После смерти царя в переполох и смятение Богдан Бельский выбрал удобное время и упредил Нагих. В голове оружничего, весьма падкого на тайные козни, возникла мысль захватить власть с помощью младенца Дмитрия.

На первый взгляд дело казалось не очень сложным.

— Царевич Дмитрий, — говорил Богдан Бельский, — имеет больше прав на престол, чем его брат Федор, слабоумный и больной. Что с того, что ему двадцать семь лет, — по уму он не старше Дмитрия.

— Так говоришь, правильно, — простуженно просипел отец царицы, Федор Нагой. — Через десять лет Дмитрий в разум войдет, а Федор последнее потеряет.

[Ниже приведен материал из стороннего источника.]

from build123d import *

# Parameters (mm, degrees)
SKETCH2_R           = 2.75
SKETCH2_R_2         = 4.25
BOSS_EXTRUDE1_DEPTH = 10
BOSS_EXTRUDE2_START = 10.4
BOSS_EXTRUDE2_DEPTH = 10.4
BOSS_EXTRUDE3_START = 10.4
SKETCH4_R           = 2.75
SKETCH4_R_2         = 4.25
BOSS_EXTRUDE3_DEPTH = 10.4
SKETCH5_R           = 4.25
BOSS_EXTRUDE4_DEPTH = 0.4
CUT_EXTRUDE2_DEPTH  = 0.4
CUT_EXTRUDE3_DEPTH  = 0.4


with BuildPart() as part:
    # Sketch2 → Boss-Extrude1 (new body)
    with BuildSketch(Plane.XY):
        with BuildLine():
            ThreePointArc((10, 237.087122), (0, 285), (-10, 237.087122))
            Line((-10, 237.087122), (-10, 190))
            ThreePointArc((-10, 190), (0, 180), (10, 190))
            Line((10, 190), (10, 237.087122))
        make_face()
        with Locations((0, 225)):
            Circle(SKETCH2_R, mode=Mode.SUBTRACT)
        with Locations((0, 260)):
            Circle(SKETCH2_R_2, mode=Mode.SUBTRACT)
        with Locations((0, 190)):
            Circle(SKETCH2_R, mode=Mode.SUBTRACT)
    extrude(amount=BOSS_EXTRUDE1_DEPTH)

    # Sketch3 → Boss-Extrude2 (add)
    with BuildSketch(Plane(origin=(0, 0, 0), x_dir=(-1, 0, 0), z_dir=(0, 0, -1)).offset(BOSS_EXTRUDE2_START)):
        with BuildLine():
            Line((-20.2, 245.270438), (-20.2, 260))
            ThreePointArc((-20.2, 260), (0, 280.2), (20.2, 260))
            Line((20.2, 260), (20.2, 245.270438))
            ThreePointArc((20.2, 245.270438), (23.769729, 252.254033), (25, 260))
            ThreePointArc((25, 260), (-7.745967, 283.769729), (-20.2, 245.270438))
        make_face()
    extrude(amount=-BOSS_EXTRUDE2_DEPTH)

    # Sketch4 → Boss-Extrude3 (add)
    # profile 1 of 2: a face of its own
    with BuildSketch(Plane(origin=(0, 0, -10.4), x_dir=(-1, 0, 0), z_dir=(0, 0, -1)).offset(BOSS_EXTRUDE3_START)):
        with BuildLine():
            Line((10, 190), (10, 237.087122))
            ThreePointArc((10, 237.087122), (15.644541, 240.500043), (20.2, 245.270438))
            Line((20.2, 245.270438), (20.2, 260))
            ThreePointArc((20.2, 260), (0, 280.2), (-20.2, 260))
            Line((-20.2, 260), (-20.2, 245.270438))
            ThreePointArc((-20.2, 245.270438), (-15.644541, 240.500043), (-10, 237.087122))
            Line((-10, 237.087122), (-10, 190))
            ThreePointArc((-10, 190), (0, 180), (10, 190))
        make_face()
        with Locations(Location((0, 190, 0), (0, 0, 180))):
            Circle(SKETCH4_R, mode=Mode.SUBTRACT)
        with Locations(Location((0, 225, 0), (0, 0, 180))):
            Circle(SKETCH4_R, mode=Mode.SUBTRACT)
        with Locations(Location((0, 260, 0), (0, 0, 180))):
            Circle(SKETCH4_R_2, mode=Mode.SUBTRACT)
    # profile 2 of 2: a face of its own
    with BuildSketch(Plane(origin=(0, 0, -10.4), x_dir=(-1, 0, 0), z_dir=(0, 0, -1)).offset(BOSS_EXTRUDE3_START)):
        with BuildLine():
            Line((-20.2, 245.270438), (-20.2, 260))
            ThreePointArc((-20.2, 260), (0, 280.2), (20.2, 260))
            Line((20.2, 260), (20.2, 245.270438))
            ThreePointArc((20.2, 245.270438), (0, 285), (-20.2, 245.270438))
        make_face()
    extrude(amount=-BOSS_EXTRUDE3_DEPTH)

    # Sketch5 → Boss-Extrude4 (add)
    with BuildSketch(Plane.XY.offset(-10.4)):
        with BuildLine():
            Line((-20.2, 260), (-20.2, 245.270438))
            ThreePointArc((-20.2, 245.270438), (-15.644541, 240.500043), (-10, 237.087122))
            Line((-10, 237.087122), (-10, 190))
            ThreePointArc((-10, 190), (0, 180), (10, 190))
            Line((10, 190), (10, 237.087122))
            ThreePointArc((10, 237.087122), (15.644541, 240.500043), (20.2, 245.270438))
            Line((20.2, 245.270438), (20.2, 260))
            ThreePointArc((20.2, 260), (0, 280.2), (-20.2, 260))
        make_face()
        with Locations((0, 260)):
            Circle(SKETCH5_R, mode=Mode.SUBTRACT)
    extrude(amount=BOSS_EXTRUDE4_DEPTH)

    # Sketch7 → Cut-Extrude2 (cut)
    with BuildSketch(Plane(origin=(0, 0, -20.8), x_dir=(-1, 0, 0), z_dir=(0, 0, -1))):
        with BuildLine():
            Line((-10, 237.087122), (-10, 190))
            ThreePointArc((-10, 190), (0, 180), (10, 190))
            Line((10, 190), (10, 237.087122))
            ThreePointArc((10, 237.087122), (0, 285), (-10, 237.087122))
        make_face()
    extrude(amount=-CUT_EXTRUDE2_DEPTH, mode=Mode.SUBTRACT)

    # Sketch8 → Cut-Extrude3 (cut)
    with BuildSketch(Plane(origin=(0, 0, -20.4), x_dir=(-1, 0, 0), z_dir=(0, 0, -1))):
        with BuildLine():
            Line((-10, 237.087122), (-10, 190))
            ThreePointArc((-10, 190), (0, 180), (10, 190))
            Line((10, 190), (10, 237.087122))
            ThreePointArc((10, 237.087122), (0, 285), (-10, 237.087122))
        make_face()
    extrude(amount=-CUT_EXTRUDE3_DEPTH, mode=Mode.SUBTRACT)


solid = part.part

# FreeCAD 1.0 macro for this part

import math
import FreeCAD as App
import Part
import Sketcher

V = App.Vector

doc = App.newDocument("Part")
body = doc.addObject("PartDesign::Body", "Body")

sketch1 = body.newObject("Sketcher::SketchObject", "Sketch")
sketch1.AttachmentSupport = (doc.getObject("XY_Plane"), [""])
sketch1.MapMode = "FlatFace"
sketch1.addGeometry([
    Part.ArcOfCircle(Part.Circle(V(0, 260, 0), V(0, 0, 1), 25), math.radians(-66), math.radians(246)),
    Part.LineSegment(V(-10, 237.1, 0), V(-10, 190, 0)),
    Part.ArcOfCircle(Part.Circle(V(0, 190, 0), V(0, 0, 1), 10), math.radians(180), math.radians(360)),
    Part.LineSegment(V(10, 190, 0), V(10, 237.1, 0)),
    Part.Circle(V(0, 190, 0), V(0, 0, 1), 2.8),
    Part.Circle(V(0, 225, 0), V(0, 0, 1), 2.8),
    Part.Circle(V(0, 260, 0), V(0, 0, 1), 4.2),
], False)
sketch1.addConstraint([
    Sketcher.Constraint("Coincident", 0, 2, 1, 1),
    Sketcher.Constraint("Tangent", 1, 2, 2, 1),
    Sketcher.Constraint("Tangent", 2, 2, 3, 1),
    Sketcher.Constraint("Coincident", 3, 2, 0, 1),
    Sketcher.Constraint("Vertical", 1),
    Sketcher.Constraint("Vertical", 3),
    Sketcher.Constraint("Coincident", 4, 3, 2, 3),
    Sketcher.Constraint("Coincident", 6, 3, 0, 3),
    Sketcher.Constraint("Equal", 4, 5),
    Sketcher.Constraint("Symmetric", 0, 2, 3, 2, -2),
    Sketcher.Constraint("PointOnObject", 5, 3, -2),
    Sketcher.Constraint("Radius", 0, 25.0),
    Sketcher.Constraint("Radius", 2, 10.0),
    Sketcher.Constraint("Diameter", 4, 5.5),
    Sketcher.Constraint("Diameter", 6, 8.5),
    Sketcher.Constraint("DistanceY", -1, 1, 0, 3, 260.0),
    Sketcher.Constraint("DistanceY", -1, 1, 2, 3, 190.0),
    Sketcher.Constraint("DistanceY", -1, 1, 5, 3, 225.0),
])
pad1 = body.newObject("PartDesign::Pad", "Pad")
pad1.Profile = sketch1
pad1.Length = 10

Федор Нагой надеялся заодно расправиться со своим врагом Борисом Годуновым, шурином царевича Федора. «Ежели Дмитрий возьмет вверх, тогда всем Годуновым опала». У старика особые счеты с Борисом Годуновым. Дело было так. В момент страшного сыноубийства Борис Годунов заслонил своим телом царевича Ивана, и первые удары царского посоха пришлись ему. Тяжело раненный, боярин Годунов не мог подняться и лежал в постели дома. Федор Нагой, новый свойственник Ивана Васильевича, желая повредить царскому любимцу, сказал государю, что Годунов не приходит во дворец не из-за болезни, а из-за досады и злобы.

Царь Иван решил узнать истину и сам приехал в дом к Годунову. Он нашел своего любимца в тяжелых ранах, умело зашитых купцом Семеном Строгановым. Царь обласкал больного, а Строгановых сделал именитыми людьми с правом называться полным отчеством. Такое право имели только знатные государевы вельможи. И в тот же день царь Иван строго наказал клеветника Федора Нагого. Он велел Семену Строганову сделать глубокие порезы на боках и на груди своего тестя и зашить их, как было сделано у Годунова. Этого злопамятный старик забыть не мог.

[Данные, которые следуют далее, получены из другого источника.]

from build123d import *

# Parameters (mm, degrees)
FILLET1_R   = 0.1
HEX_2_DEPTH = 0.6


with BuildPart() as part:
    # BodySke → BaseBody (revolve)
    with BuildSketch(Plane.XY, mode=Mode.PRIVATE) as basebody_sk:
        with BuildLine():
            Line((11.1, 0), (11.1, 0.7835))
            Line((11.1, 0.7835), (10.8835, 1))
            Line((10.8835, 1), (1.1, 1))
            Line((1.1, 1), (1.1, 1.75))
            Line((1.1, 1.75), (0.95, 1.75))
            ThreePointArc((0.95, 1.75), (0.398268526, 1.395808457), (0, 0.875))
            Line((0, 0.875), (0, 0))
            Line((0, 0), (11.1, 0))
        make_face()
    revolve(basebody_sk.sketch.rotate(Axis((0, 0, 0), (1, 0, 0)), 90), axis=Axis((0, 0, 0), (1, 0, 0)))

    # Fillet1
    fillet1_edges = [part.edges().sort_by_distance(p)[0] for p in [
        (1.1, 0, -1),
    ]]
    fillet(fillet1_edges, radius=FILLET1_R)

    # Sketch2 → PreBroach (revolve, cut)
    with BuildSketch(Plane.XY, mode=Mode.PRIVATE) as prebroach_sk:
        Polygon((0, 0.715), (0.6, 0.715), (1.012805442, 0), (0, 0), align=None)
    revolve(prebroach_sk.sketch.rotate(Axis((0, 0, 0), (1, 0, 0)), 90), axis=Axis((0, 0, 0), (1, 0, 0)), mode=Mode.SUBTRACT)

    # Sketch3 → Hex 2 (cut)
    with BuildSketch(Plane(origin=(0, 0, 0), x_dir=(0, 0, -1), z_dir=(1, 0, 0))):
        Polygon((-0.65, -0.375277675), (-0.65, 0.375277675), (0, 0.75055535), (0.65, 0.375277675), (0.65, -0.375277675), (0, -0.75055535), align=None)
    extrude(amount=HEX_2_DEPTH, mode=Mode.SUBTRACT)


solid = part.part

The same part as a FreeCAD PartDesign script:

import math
import FreeCAD as App
import Part
import Sketcher

V = App.Vector
Q = App.Units.Quantity


def edges_at(feature, points):
    """Names of the edges that pass closest to the given points."""
    edges = feature.Shape.Edges
    near = lambda p: min(range(len(edges)), key=lambda i: edges[i].distToShape(Part.Vertex(*p))[0])
    return sorted({f"Edge{near(p) + 1}" for p in points})


def add_polygon(sketch, points):
    """Adds a closed chain of lines whose ends are joined by coincident constraints."""
    first, n = sketch.GeometryCount, len(points)
    for a, b in zip(points, points[1:] + points[:1]):
        sketch.addGeometry(Part.LineSegment(App.Vector(*a, 0), App.Vector(*b, 0)), False)
    for i in range(n):
        sketch.addConstraint(Sketcher.Constraint("Coincident", first + i, 2, first + (i + 1) % n, 1))

doc = App.newDocument("Part")
body = doc.addObject("PartDesign::Body", "Body")

sketch1 = doc.addObject("Sketcher::SketchObject", "Sketch")
body.addObject(sketch1)
sketch1.AttachmentSupport = (doc.XY_Plane, [""])
sketch1.MapMode = "FlatFace"
sketch1.addGeometry([
    Part.LineSegment(V(11.1, 0, 0), V(11.1, 0.78, 0)),
    Part.LineSegment(V(11.1, 0.78, 0), V(10.88, 1, 0)),
    Part.LineSegment(V(10.88, 1, 0), V(1.1, 1, 0)),
    Part.LineSegment(V(1.1, 1, 0), V(1.1, 1.75, 0)),
    Part.LineSegment(V(1.1, 1.75, 0), V(0.95, 1.75, 0)),
    Part.ArcOfCircle(Part.Circle(V(1.68, 0, 0), V(0, 0, 1), 1.9), math.radians(113), math.radians(153)),
    Part.LineSegment(V(0, 0.88, 0), V(0, 0, 0)),
    Part.LineSegment(V(0, 0, 0), V(11.1, 0, 0)),
], False)
sketch1.addConstraint([
    Sketcher.Constraint("Coincident", 0, 2, 1, 1),
    Sketcher.Constraint("Coincident", 1, 2, 2, 1),
    Sketcher.Constraint("Coincident", 2, 2, 3, 1),
    Sketcher.Constraint("Coincident", 3, 2, 4, 1),
    Sketcher.Constraint("Coincident", 4, 2, 5, 1),
    Sketcher.Constraint("Coincident", 5, 2, 6, 1),
    Sketcher.Constraint("Coincident", 6, 2, 7, 1),
    Sketcher.Constraint("Coincident", 7, 2, 0, 1),
    Sketcher.Constraint("Vertical", 0),
    Sketcher.Constraint("Horizontal", 2),
    Sketcher.Constraint("Vertical", 3),
    Sketcher.Constraint("Horizontal", 4),
    Sketcher.Constraint("Vertical", 6),
    Sketcher.Constraint("Horizontal", 7),
    Sketcher.Constraint("Coincident", 6, 2, -1, 1),
    Sketcher.Constraint("PointOnObject", 5, 3, -1),
    Sketcher.Constraint("Angle", 1, Q("135 deg")),
    Sketcher.Constraint("DistanceX", 7, 1, 7, 2, 11.1),
    Sketcher.Constraint("DistanceY", -1, 1, 1, 2, 1.0),
    Sketcher.Constraint("DistanceX", 2, 2, 0, 2, 10.0),
    Sketcher.Constraint("DistanceX", 4, 2, 4, 1, 0.15),
    Sketcher.Constraint("DistanceY", 3, 1, 3, 2, 0.75),
    Sketcher.Constraint("DistanceY", 6, 2, 6, 1, 0.875),
    Sketcher.Constraint("DistanceX", 2, 2, 2, 1, 9.7835),
])
revolution = doc.addObject("PartDesign::Revolution", "Revolution")
body.addObject(revolution)
revolution.Profile = sketch1
revolution.ReferenceAxis = (sketch1, ["H_Axis"])
revolution.Angle = 360
doc.recompute()

fillet = doc.addObject("PartDesign::Fillet", "Fillet")
body.addObject(fillet)
fillet.Base = (revolution, edges_at(revolution, [(1.1, 0, -1)]))
fillet.Radius = 0.1

sketch2 = doc.addObject("Sketcher::SketchObject", "Sketch001")
body.addObject(sketch2)
sketch2.AttachmentSupport = (doc.XY_Plane, [""])
sketch2.MapMode = "FlatFace"
add_polygon(sketch2, [(0.6, 0.7), (0, 0.7), (0, 0), (1, 0)])
sketch2.addConstraint([
    Sketcher.Constraint("Horizontal", 0),
    Sketcher.Constraint("Vertical", 1),
    Sketcher.Constraint("Horizontal", 2),
    Sketcher.Constraint("Coincident", 1, 2, -1, 1),
    Sketcher.Constraint("Angle", 3, Q("120 deg")),
    Sketcher.Constraint("DistanceX", 0, 2, 0, 1, 0.6),
    Sketcher.Constraint("DistanceY", 1, 2, 1, 1, 0.715),
])
groove = doc.addObject("PartDesign::Groove", "Groove")
body.addObject(groove)
groove.Profile = sketch2
groove.ReferenceAxis = (sketch2, ["H_Axis"])
groove.Angle = 360

sketch3 = doc.addObject("Sketcher::SketchObject", "Sketch002")
body.addObject(sketch3)
sketch3.AttachmentSupport = (doc.YZ_Plane, [""])
sketch3.MapMode = "FlatFace"
add_polygon(sketch3, [(0.4, 0.7), (-0.4, 0.7), (-0.8, 0), (-0.4, -0.7), (0.4, -0.7), (0.8, 0)])
sketch3.addConstraint([
    Sketcher.Constraint("Horizontal", 0),
    Sketcher.Constraint("Horizontal", 3),
    Sketcher.Constraint("Symmetric", 0, 2, 3, 2, -1, 1),
    Sketcher.Constraint("Symmetric", 1, 2, 4, 2, -1, 1),
    Sketcher.Constraint("PointOnObject", 1, 2, -1),
    Sketcher.Constraint("Parallel", 2, 5),
    Sketcher.Constraint("Vertical", 0, 2, 2, 2),
    Sketcher.Constraint("Angle", 1, Q("-120 deg")),
    Sketcher.Constraint("DistanceY", 2, 2, 0, 2, 1.3),
    Sketcher.Constraint("DistanceX", 0, 2, 0, 1, 0.750555),
])
pocket1 = doc.addObject("PartDesign::Pocket", "Pocket")
body.addObject(pocket1)
pocket1.Profile = sketch3
pocket1.Length = 0.6
pocket1.Reversed = True

doc.recompute()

— Годуновых укоротить, — добавил Федор Нагой, — первое дело.

— Шуйские, Мстиславские, Юрьевы снова на шею сядут, — поддакнул и Афанасий Нагой, вдохновитель и сторонник опричных порядков в последние годы царя Ивана. — Будут царскими руками свою долю вершить и Москвой править. И Нагих из Москвы вышлют… А права у царевичей равные: что Федор, что Дмитрий.

— Так-то оно так, — вступился брат царицы Григорий, — да Марья седьмая жена у царя. Не все святители ее царицей почитают.